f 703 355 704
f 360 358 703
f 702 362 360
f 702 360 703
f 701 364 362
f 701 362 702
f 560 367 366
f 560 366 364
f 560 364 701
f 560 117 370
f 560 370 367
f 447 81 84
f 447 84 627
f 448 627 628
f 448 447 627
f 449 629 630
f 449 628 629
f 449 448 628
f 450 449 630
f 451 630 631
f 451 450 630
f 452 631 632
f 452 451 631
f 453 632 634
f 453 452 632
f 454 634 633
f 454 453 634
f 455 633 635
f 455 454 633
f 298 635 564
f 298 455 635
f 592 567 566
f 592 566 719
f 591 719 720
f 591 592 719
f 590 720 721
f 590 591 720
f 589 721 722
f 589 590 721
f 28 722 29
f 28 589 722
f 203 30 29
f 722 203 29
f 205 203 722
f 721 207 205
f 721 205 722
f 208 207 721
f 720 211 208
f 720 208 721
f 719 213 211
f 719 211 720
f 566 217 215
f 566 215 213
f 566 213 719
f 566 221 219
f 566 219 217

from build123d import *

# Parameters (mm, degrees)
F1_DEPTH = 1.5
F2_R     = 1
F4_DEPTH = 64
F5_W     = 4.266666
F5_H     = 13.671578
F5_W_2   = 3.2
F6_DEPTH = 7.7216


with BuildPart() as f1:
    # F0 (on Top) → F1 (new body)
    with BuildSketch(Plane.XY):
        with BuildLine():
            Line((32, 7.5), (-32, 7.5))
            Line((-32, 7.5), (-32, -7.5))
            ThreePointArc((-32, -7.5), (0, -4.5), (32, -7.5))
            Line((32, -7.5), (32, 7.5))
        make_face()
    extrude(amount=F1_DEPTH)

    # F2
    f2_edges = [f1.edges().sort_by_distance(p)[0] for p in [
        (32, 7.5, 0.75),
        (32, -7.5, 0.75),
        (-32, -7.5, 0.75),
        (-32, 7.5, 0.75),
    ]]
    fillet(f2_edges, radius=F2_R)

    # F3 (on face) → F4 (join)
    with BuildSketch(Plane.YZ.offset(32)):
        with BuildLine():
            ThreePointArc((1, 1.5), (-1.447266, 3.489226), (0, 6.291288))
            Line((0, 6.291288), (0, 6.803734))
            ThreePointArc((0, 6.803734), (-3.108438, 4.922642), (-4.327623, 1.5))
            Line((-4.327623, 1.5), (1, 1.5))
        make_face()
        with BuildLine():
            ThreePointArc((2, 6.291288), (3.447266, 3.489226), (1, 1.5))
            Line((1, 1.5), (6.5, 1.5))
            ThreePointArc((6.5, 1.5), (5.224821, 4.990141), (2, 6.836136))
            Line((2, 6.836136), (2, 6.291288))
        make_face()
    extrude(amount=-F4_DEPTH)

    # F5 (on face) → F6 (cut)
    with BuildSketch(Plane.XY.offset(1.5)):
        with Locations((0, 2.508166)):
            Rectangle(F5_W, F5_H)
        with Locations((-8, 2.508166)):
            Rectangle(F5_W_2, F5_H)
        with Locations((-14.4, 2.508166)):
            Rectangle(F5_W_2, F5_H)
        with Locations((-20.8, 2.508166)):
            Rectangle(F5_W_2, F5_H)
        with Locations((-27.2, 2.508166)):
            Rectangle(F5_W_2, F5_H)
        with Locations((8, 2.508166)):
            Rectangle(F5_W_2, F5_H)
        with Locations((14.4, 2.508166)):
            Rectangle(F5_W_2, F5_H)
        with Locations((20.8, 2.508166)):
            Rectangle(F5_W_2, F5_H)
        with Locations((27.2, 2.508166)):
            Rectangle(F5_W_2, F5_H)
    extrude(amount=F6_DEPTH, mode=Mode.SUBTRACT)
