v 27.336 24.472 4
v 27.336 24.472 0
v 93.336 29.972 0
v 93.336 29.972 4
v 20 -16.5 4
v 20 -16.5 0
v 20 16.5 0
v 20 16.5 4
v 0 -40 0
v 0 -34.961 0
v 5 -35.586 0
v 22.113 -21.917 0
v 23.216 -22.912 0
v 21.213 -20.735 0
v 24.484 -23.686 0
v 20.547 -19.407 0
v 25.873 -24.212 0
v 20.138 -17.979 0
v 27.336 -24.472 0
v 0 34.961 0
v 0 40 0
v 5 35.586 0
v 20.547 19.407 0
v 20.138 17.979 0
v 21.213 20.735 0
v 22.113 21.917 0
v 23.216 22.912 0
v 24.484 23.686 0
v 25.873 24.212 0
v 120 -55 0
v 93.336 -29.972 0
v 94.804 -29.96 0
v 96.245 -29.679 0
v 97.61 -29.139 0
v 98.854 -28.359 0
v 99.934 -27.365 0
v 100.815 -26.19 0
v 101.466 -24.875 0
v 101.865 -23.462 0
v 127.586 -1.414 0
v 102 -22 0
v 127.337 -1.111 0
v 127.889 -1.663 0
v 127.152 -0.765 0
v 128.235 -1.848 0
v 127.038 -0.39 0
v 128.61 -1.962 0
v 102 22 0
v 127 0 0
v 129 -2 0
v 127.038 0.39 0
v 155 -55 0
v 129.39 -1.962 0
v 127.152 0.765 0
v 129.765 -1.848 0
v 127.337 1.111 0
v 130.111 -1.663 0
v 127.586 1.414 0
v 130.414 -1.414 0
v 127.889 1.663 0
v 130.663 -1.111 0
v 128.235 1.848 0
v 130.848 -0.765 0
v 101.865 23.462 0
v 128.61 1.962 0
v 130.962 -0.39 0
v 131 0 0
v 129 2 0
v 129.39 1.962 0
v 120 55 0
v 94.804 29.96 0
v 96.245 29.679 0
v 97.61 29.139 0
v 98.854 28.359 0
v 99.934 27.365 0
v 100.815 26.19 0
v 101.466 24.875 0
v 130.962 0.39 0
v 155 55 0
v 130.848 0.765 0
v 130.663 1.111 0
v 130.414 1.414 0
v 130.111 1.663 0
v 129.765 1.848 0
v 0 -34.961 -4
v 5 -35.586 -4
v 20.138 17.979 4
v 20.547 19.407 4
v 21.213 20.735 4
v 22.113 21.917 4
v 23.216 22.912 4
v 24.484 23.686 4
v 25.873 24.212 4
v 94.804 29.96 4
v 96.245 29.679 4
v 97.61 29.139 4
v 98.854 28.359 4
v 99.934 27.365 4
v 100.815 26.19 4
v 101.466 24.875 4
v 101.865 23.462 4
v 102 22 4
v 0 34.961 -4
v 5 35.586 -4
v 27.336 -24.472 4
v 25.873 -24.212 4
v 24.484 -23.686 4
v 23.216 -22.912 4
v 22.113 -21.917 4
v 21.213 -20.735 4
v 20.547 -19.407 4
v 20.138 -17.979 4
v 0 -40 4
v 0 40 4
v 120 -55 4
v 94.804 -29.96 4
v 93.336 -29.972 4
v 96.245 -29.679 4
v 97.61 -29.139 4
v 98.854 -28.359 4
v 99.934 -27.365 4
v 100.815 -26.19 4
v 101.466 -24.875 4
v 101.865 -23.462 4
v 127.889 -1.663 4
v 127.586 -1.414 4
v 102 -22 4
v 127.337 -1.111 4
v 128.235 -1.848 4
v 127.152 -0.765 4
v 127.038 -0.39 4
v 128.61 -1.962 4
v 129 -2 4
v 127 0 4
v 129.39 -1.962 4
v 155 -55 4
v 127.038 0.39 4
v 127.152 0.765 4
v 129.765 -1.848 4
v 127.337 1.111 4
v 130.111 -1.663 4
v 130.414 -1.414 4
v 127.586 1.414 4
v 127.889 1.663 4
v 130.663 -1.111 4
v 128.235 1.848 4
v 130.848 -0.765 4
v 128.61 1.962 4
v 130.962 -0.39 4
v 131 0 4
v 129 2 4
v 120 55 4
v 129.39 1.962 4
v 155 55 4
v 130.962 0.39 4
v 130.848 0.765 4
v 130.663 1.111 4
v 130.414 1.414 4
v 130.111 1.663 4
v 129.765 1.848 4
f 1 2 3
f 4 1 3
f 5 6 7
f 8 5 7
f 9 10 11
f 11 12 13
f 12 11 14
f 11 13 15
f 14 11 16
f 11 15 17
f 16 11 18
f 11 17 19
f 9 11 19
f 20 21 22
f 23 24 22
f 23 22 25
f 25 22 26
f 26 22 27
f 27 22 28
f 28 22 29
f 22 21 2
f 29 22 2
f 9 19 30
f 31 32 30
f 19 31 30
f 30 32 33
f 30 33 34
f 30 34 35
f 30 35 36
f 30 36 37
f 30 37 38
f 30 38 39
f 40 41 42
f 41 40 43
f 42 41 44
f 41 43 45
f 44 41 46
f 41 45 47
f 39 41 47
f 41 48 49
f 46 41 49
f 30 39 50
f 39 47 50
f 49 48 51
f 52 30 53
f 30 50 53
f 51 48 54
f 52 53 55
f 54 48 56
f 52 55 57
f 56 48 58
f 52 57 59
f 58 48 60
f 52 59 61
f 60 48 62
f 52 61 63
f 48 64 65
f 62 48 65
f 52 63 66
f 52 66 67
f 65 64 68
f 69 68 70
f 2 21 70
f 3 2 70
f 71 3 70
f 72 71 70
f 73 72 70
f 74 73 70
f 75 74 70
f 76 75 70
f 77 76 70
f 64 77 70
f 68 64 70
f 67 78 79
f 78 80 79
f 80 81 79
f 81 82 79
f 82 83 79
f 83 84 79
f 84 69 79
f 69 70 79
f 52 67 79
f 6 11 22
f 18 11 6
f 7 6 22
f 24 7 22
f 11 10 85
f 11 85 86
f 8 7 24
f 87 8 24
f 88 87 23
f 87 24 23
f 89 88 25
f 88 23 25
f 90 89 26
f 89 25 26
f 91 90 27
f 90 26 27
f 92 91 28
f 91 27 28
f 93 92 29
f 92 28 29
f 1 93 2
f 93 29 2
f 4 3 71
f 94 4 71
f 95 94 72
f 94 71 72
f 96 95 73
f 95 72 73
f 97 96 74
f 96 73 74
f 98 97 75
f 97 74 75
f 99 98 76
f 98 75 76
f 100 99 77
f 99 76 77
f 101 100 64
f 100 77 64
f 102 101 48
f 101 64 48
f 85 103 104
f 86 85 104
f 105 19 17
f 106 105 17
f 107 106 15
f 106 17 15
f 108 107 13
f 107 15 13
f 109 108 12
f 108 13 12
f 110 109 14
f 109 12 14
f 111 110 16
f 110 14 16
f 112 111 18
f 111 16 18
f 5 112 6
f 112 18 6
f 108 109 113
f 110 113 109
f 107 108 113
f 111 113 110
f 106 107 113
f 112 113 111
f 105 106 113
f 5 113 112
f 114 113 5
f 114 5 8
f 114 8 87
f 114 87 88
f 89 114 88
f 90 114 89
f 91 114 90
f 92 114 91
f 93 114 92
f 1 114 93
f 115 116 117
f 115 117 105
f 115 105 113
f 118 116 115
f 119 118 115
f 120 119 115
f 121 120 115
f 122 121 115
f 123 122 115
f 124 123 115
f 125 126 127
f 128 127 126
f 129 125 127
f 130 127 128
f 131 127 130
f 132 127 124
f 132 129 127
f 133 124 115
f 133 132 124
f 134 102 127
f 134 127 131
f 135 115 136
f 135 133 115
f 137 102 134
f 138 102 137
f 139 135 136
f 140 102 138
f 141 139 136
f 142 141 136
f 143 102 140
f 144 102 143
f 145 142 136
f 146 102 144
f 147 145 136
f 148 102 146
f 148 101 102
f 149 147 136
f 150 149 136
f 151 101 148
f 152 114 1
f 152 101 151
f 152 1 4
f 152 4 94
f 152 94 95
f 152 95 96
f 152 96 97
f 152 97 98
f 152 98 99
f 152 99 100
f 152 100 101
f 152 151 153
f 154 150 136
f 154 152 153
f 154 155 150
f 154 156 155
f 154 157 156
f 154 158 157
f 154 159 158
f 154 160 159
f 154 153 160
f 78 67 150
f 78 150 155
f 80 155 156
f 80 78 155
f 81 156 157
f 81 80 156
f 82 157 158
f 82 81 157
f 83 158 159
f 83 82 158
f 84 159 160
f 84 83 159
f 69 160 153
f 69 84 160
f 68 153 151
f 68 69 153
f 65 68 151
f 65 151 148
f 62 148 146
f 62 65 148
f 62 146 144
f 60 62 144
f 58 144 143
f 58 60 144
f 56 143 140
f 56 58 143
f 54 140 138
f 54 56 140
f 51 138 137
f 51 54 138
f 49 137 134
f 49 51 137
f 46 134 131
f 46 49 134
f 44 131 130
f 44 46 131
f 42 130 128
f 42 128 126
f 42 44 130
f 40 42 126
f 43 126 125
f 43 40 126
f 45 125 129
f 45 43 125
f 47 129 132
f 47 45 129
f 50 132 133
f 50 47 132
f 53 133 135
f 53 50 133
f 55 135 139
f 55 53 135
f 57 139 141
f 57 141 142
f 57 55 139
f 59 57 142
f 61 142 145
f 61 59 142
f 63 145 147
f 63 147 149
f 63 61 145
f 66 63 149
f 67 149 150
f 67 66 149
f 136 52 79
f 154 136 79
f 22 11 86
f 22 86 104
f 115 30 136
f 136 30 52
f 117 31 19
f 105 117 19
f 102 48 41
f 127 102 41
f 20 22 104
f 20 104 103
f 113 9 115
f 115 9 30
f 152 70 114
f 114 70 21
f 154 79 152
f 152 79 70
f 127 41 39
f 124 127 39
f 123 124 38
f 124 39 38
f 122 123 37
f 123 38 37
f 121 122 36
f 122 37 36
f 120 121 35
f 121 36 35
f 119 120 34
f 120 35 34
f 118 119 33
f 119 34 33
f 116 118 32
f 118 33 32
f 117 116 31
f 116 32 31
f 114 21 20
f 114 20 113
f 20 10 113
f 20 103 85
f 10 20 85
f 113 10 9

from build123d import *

# Parameters (mm, degrees)
F0_R     = 2
F1_DEPTH = 4
F3_DEPTH = 4


with BuildPart() as f1:
    # F0 (on Top) → F1 (new body)
    with BuildSketch(Plane.XY):
        Polygon((120, 55), (0, 40), (0, -40), (120, -55), (155, -55), (155, 55), align=None)
        with BuildLine():
            Line((20, -16.5), (20, 16.5))
            ThreePointArc((20, 16.5), (22.112942, 21.916876), (27.335636, 24.472366))
            Line((27.335636, 24.472366), (93.335636, 29.972366))
            ThreePointArc((93.335636, 29.972366), (99.416876, 27.887058), (102, 22))
            Line((102, 22), (102, -22))
            ThreePointArc((102, -22), (99.416876, -27.887058), (93.335636, -29.972366))
            Line((93.335636, -29.972366), (27.335636, -24.472366))
            ThreePointArc((27.335636, -24.472366), (22.112942, -21.916876), (20, -16.5))
        make_face(mode=Mode.SUBTRACT)
        with Locations((129, 0)):
            Circle(F0_R, mode=Mode.SUBTRACT)
    extrude(amount=F1_DEPTH)

    # F2 (on face) → F3 (join)
    with BuildSketch(Plane.XY):
        Polygon((0, 34.961089), (0, -34.961089), (5, -35.586089), (5, 35.586089), align=None)
    extrude(amount=-F3_DEPTH)


solid = f1.part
——
**WHAT IS EXPECTED:** Reproduce, word for word and in full, only the lines above that start at the line with "v 98.854 28.359 4" and run through the line with "v 96.245 -29.679 4", both ends included.

**YOUR RESPONSE:**
v 98.854 28.359 4
v 99.934 27.365 4
v 100.815 26.19 4
v 101.466 24.875 4
v 101.865 23.462 4
v 102 22 4
v 0 34.961 -4
v 5 35.586 -4
v 27.336 -24.472 4
v 25.873 -24.212 4
v 24.484 -23.686 4
v 23.216 -22.912 4
v 22.113 -21.917 4
v 21.213 -20.735 4
v 20.547 -19.407 4
v 20.138 -17.979 4
v 0 -40 4
v 0 40 4
v 120 -55 4
v 94.804 -29.96 4
v 93.336 -29.972 4
v 96.245 -29.679 4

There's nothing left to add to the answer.